My discussion on day 2 was of a paper by John Brazier and co, which fortuitously related to a paper that I previously discussed here on the blog. I was badly behaved, going well over time, but there were a lot of issues to grapple with around whether or not we should use ‘patient preferences’ in economic evaluation. The room was packed and provided a lively discussion. It’s a question that we’ll no doubt return to on this blog. I chaired a session in which Yan Feng discussed Liz Camacho‘s paper on the suitability of the EQ-5D for people at risk of developing psychosis. The take-home message of the discussion was that we need to stop considering ‘mental illness’ as a single diagnosis, and that while the EQ-5D might be valid in some groups it might not be in others.

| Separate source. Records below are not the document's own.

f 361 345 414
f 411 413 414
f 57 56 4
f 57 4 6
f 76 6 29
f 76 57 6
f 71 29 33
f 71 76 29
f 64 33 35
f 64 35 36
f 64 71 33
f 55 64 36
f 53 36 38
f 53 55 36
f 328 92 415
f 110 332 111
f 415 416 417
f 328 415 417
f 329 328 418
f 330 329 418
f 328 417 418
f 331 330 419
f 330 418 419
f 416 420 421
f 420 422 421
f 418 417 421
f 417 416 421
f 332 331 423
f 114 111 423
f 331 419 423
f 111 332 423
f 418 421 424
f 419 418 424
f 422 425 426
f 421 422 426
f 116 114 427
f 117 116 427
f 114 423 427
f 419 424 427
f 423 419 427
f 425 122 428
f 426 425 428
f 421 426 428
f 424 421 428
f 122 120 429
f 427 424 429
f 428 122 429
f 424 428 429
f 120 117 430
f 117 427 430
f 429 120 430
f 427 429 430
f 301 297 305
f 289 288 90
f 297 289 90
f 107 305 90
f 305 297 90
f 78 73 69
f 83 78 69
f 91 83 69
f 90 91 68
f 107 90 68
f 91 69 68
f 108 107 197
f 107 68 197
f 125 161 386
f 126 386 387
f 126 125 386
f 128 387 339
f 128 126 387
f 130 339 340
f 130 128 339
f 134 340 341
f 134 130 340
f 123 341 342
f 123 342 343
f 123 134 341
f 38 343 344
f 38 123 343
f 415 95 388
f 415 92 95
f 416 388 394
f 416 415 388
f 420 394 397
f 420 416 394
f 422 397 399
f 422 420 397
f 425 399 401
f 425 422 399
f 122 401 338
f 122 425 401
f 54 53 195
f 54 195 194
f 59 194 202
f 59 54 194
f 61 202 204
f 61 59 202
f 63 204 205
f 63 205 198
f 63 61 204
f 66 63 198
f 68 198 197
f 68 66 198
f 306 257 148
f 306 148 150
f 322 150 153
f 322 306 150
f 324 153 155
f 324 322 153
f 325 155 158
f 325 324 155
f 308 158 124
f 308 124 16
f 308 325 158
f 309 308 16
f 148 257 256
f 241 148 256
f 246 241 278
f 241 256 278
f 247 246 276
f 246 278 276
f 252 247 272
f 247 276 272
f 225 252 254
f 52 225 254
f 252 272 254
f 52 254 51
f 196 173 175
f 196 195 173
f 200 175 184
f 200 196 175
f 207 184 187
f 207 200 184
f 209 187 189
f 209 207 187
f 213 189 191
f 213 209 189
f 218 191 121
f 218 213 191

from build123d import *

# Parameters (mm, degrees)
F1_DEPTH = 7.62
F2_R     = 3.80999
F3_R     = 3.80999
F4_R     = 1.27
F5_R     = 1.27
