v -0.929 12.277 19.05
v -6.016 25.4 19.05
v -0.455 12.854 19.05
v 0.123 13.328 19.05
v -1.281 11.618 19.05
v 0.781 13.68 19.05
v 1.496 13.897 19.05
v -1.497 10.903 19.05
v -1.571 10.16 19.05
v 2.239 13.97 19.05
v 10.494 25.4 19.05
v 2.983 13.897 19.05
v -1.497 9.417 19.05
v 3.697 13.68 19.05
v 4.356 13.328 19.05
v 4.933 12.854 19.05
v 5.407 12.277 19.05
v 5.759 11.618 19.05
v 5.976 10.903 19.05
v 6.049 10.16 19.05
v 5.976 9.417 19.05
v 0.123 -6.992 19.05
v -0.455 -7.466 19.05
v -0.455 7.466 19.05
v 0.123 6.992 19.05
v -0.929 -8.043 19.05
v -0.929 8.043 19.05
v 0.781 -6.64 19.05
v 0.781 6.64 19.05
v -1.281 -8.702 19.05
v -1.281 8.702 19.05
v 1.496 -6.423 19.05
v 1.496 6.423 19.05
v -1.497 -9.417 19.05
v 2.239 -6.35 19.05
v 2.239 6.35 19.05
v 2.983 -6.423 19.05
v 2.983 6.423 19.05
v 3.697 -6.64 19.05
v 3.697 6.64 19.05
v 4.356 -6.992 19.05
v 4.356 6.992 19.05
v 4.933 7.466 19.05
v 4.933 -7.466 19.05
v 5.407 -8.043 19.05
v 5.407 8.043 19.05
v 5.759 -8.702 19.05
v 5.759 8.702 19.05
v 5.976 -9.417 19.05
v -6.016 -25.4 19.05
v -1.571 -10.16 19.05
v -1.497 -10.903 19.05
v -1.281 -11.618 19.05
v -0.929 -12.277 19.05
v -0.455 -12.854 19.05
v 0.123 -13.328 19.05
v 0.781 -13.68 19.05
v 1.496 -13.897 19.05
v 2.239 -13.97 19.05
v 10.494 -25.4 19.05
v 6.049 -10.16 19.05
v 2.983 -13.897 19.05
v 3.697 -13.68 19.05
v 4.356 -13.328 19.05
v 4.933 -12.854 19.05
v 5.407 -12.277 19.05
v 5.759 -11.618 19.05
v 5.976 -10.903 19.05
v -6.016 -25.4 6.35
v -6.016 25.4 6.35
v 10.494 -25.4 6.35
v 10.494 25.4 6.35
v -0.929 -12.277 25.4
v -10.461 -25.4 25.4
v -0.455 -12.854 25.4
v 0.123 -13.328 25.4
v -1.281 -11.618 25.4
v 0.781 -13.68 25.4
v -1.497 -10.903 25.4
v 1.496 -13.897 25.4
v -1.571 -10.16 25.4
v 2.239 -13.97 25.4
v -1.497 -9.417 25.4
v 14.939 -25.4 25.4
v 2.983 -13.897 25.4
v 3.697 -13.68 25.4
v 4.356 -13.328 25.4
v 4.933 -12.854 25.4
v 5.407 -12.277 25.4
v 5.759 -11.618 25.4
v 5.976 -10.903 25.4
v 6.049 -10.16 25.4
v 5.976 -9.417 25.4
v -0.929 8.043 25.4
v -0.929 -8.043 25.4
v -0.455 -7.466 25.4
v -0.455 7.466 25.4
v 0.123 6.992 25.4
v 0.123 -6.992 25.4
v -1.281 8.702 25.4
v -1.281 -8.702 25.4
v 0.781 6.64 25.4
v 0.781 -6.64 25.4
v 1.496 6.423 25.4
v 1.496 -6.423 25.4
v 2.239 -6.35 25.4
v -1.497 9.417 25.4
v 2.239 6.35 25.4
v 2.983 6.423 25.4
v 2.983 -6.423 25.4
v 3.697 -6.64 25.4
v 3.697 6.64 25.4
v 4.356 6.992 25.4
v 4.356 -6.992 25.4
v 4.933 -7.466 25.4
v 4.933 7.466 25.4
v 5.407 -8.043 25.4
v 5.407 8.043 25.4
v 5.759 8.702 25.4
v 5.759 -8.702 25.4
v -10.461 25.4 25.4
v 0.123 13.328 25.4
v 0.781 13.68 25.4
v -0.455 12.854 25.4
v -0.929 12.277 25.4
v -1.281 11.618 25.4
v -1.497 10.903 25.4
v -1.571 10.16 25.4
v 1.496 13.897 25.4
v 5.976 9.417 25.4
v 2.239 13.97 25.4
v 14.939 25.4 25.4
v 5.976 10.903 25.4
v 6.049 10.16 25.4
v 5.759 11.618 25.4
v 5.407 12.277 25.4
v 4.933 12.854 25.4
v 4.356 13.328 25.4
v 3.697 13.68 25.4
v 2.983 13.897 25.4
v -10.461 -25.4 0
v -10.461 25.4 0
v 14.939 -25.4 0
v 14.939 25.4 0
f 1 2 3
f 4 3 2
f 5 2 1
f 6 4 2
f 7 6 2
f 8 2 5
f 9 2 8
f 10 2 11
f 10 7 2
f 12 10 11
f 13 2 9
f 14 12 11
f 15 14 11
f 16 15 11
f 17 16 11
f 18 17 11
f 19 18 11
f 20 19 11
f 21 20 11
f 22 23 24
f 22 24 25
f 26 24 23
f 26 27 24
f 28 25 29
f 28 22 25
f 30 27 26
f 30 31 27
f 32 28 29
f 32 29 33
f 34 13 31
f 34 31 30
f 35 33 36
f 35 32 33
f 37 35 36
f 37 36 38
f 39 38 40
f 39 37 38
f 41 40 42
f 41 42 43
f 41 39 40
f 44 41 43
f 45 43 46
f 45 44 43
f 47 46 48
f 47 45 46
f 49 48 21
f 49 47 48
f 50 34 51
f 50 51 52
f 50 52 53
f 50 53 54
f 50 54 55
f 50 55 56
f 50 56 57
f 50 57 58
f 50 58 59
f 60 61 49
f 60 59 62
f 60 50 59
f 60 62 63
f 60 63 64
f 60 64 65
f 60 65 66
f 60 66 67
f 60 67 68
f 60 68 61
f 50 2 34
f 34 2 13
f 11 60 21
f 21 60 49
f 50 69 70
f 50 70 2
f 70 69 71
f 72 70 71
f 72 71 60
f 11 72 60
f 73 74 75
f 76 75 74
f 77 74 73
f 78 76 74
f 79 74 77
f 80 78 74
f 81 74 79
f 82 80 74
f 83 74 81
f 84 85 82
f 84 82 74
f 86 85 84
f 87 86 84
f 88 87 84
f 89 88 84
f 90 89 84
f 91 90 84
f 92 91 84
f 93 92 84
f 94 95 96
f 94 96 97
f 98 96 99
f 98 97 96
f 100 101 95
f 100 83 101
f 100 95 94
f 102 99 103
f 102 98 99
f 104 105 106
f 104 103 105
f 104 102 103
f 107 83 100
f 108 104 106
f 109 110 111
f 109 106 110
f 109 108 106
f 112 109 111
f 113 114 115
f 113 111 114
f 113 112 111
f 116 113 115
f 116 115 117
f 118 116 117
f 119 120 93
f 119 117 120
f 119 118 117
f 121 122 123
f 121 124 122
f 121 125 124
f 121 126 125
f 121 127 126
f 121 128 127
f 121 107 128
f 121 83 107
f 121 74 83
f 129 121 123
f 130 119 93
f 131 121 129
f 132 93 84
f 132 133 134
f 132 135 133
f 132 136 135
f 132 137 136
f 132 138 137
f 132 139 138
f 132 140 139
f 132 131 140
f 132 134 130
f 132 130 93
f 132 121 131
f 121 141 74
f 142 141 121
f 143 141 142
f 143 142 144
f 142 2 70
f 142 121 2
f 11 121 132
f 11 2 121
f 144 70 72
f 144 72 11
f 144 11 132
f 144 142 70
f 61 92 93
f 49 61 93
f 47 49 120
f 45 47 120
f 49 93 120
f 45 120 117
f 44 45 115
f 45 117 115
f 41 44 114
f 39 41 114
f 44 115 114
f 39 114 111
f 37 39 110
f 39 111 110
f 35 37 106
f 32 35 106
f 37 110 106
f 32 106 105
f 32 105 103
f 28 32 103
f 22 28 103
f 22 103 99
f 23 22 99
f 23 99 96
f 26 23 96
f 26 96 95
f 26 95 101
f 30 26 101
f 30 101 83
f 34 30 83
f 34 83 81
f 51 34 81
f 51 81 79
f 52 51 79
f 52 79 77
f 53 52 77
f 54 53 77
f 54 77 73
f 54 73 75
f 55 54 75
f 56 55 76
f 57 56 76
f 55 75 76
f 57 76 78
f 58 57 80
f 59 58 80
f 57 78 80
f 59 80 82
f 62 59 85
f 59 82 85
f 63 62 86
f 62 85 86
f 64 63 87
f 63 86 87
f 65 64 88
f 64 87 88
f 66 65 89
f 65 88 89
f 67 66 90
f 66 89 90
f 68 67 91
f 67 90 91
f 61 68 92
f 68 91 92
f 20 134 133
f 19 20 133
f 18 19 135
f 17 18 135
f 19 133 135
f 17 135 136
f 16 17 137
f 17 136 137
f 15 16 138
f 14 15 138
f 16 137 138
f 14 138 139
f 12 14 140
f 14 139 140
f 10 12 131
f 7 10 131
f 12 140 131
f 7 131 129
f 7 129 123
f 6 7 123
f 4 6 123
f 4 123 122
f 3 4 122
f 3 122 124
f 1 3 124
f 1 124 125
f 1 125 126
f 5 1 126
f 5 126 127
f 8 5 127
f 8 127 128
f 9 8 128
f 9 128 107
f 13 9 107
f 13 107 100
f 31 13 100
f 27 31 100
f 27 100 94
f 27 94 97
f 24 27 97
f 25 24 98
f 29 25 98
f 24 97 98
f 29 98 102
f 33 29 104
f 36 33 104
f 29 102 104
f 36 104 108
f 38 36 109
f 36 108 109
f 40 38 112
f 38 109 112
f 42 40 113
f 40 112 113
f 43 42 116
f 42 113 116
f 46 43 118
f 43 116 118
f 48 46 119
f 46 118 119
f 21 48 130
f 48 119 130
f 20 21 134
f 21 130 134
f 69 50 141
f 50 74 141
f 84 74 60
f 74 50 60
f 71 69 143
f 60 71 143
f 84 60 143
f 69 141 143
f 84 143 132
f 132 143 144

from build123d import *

# Parameters (mm, degrees)
F0_W     = 25.4
F0_H     = 50.8
F1_DEPTH = 25.4
F2_W     = 16.51
F2_H     = 12.7
F3_DEPTH = 50.8
F4_R     = 3.81
F5_DEPTH = 15.24


with BuildPart() as f1:
    # F0 (on Top) → F1 (new body)
    with BuildSketch(Plane.XY):
        with Locations((2.239326, 0)):
            Rectangle(F0_W, F0_H)
    extrude(amount=F1_DEPTH)

    # F2 (on face) → F3 (cut)
    with BuildSketch(Plane.XZ.offset(25.4)):
        with Locations((2.239326, 12.7)):
            Rectangle(F2_W, F2_H)
    extrude(amount=-F3_DEPTH, mode=Mode.SUBTRACT)

    # F4 (on face) → F5 (cut)
    with BuildSketch(Plane.XY.offset(25.4)):
        with Locations((2.239326, 10.16)):
            Circle(F4_R)
        with Locations((2.239326, -10.16)):
            Circle(F4_R)
    extrude(amount=-F5_DEPTH, mode=Mode.SUBTRACT)


solid = f1.part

A well-attended member’s meeting touched on some of the issues raised in the plenary, around the idea that HESG and its members might do more to influence decision makers and inform interested parties. What’s more, we learnt of some exciting news about HESG’s future that might facilitate action on this. There was the inevitable discussion of HESG’s controversial trip away, with the conclusion being that we probably won’t do it again for a few years (at least). This presents the exciting prospect that next year’s meeting – to be hosted by City University – might just end up in Cleethorpes.

The high quality of discussion was maintained into the last day. For me there was Penny Mullen’s discussion of Jytte Nielsen‘s paper describing a novel method by which to elicit people’s preferences for end of life treatment, without taking into account distributional concerns. And everything was wrapped up with champion HESG organiser Phil Kinghorn‘s discussion of Padraig Dixon‘s paper about the challenges of including carer spillover effects in economic evaluation. Phil gets the prize for inducing the most laughs during a presentation.

Yet another brilliant HESG that left me physically drained and mentally invigorated.